Ich selbst musste mich auf dem Heimweg zusammenreißen, um nicht zu weinen. Menschen hatten Angst vor mir. Und in ihrer Angst hatten sie mich wie ein krankes wildes Tier weggetreten, einfach hinausgejagt. Mein Schmerz war ihnen egal. Wie ich zurechtkomme, war ihnen egal. Ob ich tatsächlich krank bin, war ihnen egal. Ich sollte einfach nur weg sein. Weg von ihnen. Ich kann kaum beschreiben, wie sich so etwas anfühlt. Plötzlich ist man nichts mehr wert. Man ist kein gleichwertiger Mensch, keine Mitarbeiterin, keine Kollegin, sondern nur noch eine Gefahr, die mit allen Mitteln gebannt werden muss. Das macht wirklich unsagbar traurig in so einem Moment.

Ich hatte das Gefühl, dass fremde Angst und Panik sich wie Kletten an mir festgesetzt hatten. Deshalb zog ich nicht einmal die Kapuze meines Mantels über den Kopf, als ich mit schmerzendem Bein langsam nach Hause ging. Der Regen sollte all das wegspülen. Denn es war nicht meins. Es waren nicht meine Ängste. Es waren ihre. Ich war lediglich ungewollt zur Projektionsfläche dieser geworden. Die eigenen schlechten Gefühle und Emotionen hatte man auf mich projiziert und ausgelebt.

Der Irrsinn, einem knapp 3-Euro-teuren Plastikteil so viel Bedeutung beizumessen, dass man einen anderen Menschen allein lässt, ihn regelrecht auffordert, sich zu isolieren, macht mir wiederrum Angst. Und ich mag mir gar nicht vorstellen, wie es Kindern vor ihren Freunden in der Kita oder den Schulkameraden in der Schule gehen mag, wenn sie in meine Situation geraten und genauso behandelt werden (müssen). Was macht das mit ihnen, aber auch mit uns? Wo bleibt in dieser Zeit der Mensch? Wohin hat sich die Menschlichkeit vertreiben lassen? Wäre es nicht wichtiger unsere eigenen Ängste zu hinterfragen, herauszufinden, woher sie eigentlich kommen und ihnen nicht so viel Macht über unser Miteinander zu geben? Ich habe seit diesem Tag sehr viele Fragen im Kopf.

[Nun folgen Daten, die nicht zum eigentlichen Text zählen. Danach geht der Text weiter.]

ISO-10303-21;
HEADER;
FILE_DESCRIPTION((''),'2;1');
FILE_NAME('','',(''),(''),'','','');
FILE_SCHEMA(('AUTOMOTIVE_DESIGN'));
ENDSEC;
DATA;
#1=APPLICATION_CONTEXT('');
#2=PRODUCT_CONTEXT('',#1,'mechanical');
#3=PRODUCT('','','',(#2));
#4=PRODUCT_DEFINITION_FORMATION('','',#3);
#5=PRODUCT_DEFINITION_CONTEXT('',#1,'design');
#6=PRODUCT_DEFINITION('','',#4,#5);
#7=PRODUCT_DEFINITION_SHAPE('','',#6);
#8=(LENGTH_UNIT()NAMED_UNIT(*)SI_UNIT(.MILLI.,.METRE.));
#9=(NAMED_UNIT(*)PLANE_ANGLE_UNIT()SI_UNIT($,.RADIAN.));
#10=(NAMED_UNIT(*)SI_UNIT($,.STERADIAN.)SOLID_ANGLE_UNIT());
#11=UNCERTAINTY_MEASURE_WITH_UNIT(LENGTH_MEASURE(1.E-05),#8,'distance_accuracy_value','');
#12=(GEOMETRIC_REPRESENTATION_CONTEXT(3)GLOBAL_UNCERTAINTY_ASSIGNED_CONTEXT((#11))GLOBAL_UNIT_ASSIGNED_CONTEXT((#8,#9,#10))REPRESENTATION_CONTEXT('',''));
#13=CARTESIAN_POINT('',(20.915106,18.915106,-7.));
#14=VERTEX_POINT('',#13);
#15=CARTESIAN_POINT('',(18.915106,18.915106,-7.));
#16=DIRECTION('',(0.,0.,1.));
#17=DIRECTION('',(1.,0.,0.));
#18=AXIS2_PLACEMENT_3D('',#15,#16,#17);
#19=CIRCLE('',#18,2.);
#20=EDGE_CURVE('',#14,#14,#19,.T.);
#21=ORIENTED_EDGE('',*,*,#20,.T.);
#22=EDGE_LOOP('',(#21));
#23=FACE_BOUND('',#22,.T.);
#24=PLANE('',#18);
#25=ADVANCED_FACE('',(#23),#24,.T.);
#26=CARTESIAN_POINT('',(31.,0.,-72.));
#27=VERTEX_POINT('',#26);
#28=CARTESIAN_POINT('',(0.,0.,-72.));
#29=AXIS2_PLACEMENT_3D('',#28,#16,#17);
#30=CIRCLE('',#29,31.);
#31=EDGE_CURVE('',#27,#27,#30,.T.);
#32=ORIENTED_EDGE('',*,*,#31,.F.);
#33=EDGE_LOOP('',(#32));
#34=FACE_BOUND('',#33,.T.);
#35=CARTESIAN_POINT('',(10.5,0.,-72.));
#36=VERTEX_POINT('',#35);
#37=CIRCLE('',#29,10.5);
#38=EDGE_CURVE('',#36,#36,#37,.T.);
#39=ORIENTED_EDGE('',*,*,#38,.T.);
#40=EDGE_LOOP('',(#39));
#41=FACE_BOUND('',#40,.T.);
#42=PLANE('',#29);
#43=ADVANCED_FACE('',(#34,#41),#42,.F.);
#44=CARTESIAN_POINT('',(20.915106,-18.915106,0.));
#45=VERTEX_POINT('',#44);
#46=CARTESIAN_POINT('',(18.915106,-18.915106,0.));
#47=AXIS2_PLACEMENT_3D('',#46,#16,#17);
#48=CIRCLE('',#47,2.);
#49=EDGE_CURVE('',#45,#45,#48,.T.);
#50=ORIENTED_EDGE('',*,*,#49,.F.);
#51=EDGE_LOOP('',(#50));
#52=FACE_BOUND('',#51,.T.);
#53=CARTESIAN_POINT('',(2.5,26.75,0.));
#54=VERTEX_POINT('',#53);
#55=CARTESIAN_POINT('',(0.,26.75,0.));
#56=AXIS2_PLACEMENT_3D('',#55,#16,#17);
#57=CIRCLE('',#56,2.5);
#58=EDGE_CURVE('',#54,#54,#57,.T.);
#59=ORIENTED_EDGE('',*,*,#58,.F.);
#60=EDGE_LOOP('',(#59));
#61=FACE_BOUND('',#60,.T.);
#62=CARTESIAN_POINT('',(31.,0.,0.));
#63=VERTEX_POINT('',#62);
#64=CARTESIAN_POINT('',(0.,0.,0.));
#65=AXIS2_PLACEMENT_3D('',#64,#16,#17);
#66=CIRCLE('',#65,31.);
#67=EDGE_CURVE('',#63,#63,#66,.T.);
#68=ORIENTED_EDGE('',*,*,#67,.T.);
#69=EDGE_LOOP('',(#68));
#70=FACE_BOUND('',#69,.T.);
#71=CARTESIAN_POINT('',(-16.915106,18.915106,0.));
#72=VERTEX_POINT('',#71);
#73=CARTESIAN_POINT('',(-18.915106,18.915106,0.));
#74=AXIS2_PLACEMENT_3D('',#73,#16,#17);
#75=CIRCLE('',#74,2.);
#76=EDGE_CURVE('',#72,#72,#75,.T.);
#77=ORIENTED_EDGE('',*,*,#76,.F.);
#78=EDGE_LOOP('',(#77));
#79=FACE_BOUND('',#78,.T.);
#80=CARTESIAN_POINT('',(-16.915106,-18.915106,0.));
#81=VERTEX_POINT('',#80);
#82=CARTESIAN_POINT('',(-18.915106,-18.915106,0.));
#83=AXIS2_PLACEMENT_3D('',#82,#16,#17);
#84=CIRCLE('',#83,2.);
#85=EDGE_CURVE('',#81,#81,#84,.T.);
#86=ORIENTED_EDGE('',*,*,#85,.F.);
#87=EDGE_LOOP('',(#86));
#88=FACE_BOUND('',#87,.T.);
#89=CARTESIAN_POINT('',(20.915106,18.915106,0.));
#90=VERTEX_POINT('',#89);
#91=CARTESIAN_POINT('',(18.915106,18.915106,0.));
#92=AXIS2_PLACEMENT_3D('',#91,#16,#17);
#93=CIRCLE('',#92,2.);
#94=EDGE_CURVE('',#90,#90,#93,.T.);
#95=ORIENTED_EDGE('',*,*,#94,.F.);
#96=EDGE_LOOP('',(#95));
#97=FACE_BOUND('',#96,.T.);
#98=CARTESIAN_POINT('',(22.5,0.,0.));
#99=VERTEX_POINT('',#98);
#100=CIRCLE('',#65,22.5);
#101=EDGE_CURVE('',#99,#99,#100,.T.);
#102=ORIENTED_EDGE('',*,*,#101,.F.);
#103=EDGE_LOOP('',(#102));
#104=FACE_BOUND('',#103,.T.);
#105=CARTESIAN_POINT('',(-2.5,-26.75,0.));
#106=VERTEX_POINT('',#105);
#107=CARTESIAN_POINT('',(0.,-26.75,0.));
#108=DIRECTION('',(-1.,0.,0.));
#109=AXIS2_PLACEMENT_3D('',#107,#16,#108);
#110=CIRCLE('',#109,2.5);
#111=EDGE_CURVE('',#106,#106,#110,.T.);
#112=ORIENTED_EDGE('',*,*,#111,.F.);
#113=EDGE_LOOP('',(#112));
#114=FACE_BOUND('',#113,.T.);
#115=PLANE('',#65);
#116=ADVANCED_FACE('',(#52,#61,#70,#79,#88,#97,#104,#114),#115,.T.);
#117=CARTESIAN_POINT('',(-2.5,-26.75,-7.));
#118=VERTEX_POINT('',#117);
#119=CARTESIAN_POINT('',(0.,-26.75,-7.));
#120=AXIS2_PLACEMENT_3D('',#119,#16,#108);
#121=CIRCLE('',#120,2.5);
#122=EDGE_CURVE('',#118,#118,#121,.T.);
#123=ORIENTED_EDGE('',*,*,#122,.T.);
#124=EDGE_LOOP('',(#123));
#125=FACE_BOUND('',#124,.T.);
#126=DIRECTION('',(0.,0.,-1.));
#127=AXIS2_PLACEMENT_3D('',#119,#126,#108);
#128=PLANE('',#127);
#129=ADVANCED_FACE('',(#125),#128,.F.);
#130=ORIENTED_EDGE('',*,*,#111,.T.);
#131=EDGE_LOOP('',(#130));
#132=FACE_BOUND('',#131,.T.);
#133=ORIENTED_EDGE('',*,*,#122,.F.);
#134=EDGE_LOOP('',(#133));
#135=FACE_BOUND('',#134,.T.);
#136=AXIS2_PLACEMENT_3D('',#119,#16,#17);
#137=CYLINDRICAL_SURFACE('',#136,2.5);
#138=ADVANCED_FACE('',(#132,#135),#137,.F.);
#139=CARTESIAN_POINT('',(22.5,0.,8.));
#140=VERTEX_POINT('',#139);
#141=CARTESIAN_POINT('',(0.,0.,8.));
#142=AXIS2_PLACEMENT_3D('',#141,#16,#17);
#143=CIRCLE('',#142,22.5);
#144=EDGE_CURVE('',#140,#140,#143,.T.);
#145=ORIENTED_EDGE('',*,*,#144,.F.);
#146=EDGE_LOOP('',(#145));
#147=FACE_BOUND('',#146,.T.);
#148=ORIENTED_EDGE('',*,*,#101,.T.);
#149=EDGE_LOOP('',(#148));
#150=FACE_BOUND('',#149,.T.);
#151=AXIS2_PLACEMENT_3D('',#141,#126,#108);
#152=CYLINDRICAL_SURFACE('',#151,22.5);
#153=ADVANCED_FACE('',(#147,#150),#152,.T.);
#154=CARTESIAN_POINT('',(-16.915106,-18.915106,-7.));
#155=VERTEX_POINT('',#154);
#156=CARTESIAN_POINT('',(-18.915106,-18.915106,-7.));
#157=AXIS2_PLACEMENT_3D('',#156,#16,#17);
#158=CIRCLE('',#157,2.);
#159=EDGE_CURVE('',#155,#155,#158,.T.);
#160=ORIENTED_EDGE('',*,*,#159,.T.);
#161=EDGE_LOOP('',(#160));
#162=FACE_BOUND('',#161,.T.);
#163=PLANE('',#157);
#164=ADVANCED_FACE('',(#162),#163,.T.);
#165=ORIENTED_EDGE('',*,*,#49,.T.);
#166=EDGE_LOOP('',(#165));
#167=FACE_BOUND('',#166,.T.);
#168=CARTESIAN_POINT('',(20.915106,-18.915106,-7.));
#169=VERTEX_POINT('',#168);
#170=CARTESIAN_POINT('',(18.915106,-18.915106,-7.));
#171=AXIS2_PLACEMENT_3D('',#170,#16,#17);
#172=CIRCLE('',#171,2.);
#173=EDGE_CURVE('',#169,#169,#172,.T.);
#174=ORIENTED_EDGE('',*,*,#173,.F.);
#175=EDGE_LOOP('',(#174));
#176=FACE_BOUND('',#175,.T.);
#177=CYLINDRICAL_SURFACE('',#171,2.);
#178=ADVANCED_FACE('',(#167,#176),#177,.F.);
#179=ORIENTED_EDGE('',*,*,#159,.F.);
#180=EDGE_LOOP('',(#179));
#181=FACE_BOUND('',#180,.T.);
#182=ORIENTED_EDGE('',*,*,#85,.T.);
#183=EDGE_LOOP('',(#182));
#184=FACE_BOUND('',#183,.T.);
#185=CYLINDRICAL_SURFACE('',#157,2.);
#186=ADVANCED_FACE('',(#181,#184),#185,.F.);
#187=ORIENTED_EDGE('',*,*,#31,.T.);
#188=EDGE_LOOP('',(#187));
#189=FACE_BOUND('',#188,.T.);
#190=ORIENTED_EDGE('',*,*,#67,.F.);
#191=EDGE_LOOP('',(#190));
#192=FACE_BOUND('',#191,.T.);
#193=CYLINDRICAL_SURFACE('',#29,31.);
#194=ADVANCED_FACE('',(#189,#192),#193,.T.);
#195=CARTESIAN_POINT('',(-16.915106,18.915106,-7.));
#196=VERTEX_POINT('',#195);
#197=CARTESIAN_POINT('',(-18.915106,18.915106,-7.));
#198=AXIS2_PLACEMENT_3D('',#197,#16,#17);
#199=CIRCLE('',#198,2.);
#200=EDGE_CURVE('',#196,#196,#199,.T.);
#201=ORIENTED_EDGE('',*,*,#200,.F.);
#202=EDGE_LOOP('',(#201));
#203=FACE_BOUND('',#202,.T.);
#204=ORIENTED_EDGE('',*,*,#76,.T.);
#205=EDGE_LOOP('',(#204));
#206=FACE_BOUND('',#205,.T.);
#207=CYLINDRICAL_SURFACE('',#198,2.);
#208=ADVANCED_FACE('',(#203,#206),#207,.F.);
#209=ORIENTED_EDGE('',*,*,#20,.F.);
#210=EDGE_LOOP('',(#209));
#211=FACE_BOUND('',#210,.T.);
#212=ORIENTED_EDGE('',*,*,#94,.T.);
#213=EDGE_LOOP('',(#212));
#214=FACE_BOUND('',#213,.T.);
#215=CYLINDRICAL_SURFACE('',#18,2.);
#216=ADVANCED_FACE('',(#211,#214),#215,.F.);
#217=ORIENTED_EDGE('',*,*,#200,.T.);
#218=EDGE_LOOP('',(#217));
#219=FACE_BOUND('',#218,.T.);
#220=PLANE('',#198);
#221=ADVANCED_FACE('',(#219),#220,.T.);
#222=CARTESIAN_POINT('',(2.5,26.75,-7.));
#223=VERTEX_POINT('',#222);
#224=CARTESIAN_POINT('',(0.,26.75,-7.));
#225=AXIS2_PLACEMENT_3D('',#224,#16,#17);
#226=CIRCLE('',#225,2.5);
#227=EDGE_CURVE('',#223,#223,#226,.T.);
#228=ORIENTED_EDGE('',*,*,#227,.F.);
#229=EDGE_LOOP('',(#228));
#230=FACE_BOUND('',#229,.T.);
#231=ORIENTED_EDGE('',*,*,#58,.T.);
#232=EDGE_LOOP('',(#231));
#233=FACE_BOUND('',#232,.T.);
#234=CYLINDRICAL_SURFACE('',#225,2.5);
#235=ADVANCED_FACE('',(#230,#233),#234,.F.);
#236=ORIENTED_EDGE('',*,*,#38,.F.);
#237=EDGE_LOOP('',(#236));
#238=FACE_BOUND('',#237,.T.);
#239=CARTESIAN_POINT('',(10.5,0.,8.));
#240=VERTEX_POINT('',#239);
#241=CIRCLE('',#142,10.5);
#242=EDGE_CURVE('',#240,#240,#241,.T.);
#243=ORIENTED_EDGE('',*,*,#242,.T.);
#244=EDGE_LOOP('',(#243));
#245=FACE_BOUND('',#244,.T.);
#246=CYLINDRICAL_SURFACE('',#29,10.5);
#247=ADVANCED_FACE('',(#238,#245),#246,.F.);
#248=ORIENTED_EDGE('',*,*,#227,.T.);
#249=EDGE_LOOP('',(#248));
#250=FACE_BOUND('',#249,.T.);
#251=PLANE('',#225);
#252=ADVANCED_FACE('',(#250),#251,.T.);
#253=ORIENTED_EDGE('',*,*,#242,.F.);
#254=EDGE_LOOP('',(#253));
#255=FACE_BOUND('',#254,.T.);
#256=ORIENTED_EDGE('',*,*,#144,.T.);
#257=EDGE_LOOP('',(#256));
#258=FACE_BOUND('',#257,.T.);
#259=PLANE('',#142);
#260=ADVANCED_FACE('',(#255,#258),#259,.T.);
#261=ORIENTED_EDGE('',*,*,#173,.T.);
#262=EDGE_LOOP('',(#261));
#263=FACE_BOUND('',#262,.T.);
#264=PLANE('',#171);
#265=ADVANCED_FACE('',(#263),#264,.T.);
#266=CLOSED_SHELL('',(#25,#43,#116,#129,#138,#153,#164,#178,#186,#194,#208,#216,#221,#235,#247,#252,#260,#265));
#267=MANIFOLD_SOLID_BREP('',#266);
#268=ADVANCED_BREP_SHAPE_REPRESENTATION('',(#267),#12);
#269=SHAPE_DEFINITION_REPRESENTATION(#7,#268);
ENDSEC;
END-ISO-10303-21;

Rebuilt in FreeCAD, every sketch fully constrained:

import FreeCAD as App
import Part
import Sketcher
from FreeCAD import Vector
Q = App.Units.Quantity

doc = App.newDocument("Part")
body = doc.addObject("PartDesign::Body", "Body")

# Sketch on XY plane
sketch1 = doc.addObject("Sketcher::SketchObject", "Sketch")
body.addObject(sketch1)
sketch1.AttachmentSupport = (doc.XY_Plane, [""])
sketch1.MapMode = "FlatFace"
sketch1.addGeometry(Part.Circle(Vector(0, 0, 0), Vector(0, 0, 1), 31), False)
sketch1.addGeometry(Part.Circle(Vector(0, 0, 0), Vector(0, 0, 1), 10.5), False)
sketch1.addConstraint(Sketcher.Constraint("Coincident", 0, 3, -1, 1))
sketch1.addConstraint(Sketcher.Constraint("Coincident", 1, 3, -1, 1))
sketch1.addConstraint(Sketcher.Constraint("Diameter", 0, Q("62 mm")))
sketch1.addConstraint(Sketcher.Constraint("Diameter", 1, Q("21 mm")))
pad1 = doc.addObject("PartDesign::Pad", "Pad")
body.addObject(pad1)
pad1.Profile = sketch1
pad1.Length = 72
pad1.Reversed = True

# Sketch on XY plane
sketch2 = doc.addObject("Sketcher::SketchObject", "Sketch001")
body.addObject(sketch2)
sketch2.AttachmentSupport = (doc.XY_Plane, [""])
sketch2.MapMode = "FlatFace"
sketch2.AttachmentOffset = App.Placement(Vector(0, 0, 8), App.Rotation())
sketch2.addGeometry(Part.Circle(Vector(0, 0, 0), Vector(0, 0, 1), 22.5), False)
sketch2.addGeometry(Part.Circle(Vector(0, 0, 0), Vector(0, 0, 1), 10.5), False)
sketch2.addConstraint(Sketcher.Constraint("Coincident", 0, 3, -1, 1))
sketch2.addConstraint(Sketcher.Constraint("Coincident", 1, 3, -1, 1))
sketch2.addConstraint(Sketcher.Constraint("Diameter", 0, Q("45 mm")))
sketch2.addConstraint(Sketcher.Constraint("Diameter", 1, Q("21 mm")))
pad2 = doc.addObject("PartDesign::Pad", "Pad001")
body.addObject(pad2)
pad2.Profile = sketch2
pad2.Length = 8
pad2.Reversed = True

Gegen 19 Uhr erhielt ich an jenem Abend übrigens den Laborbefund. Negativ. Im Kleingedruckten: „Ein negatives PCR-Ergebnis schließt die Möglichkeit einer Infektion nicht vollständig aus.“ Mit dieser Bestätigung durfte ich dann allerdings trotzdem wieder arbeiten. Ich bekam damit sozusagen die Erlaubnis, in die Gesellschaft zurückzukehren.

Nach 11 Stunden Positiv – Erfahrung, bin ich mir aber nicht mehr sicher, ob ich das jemals wieder will.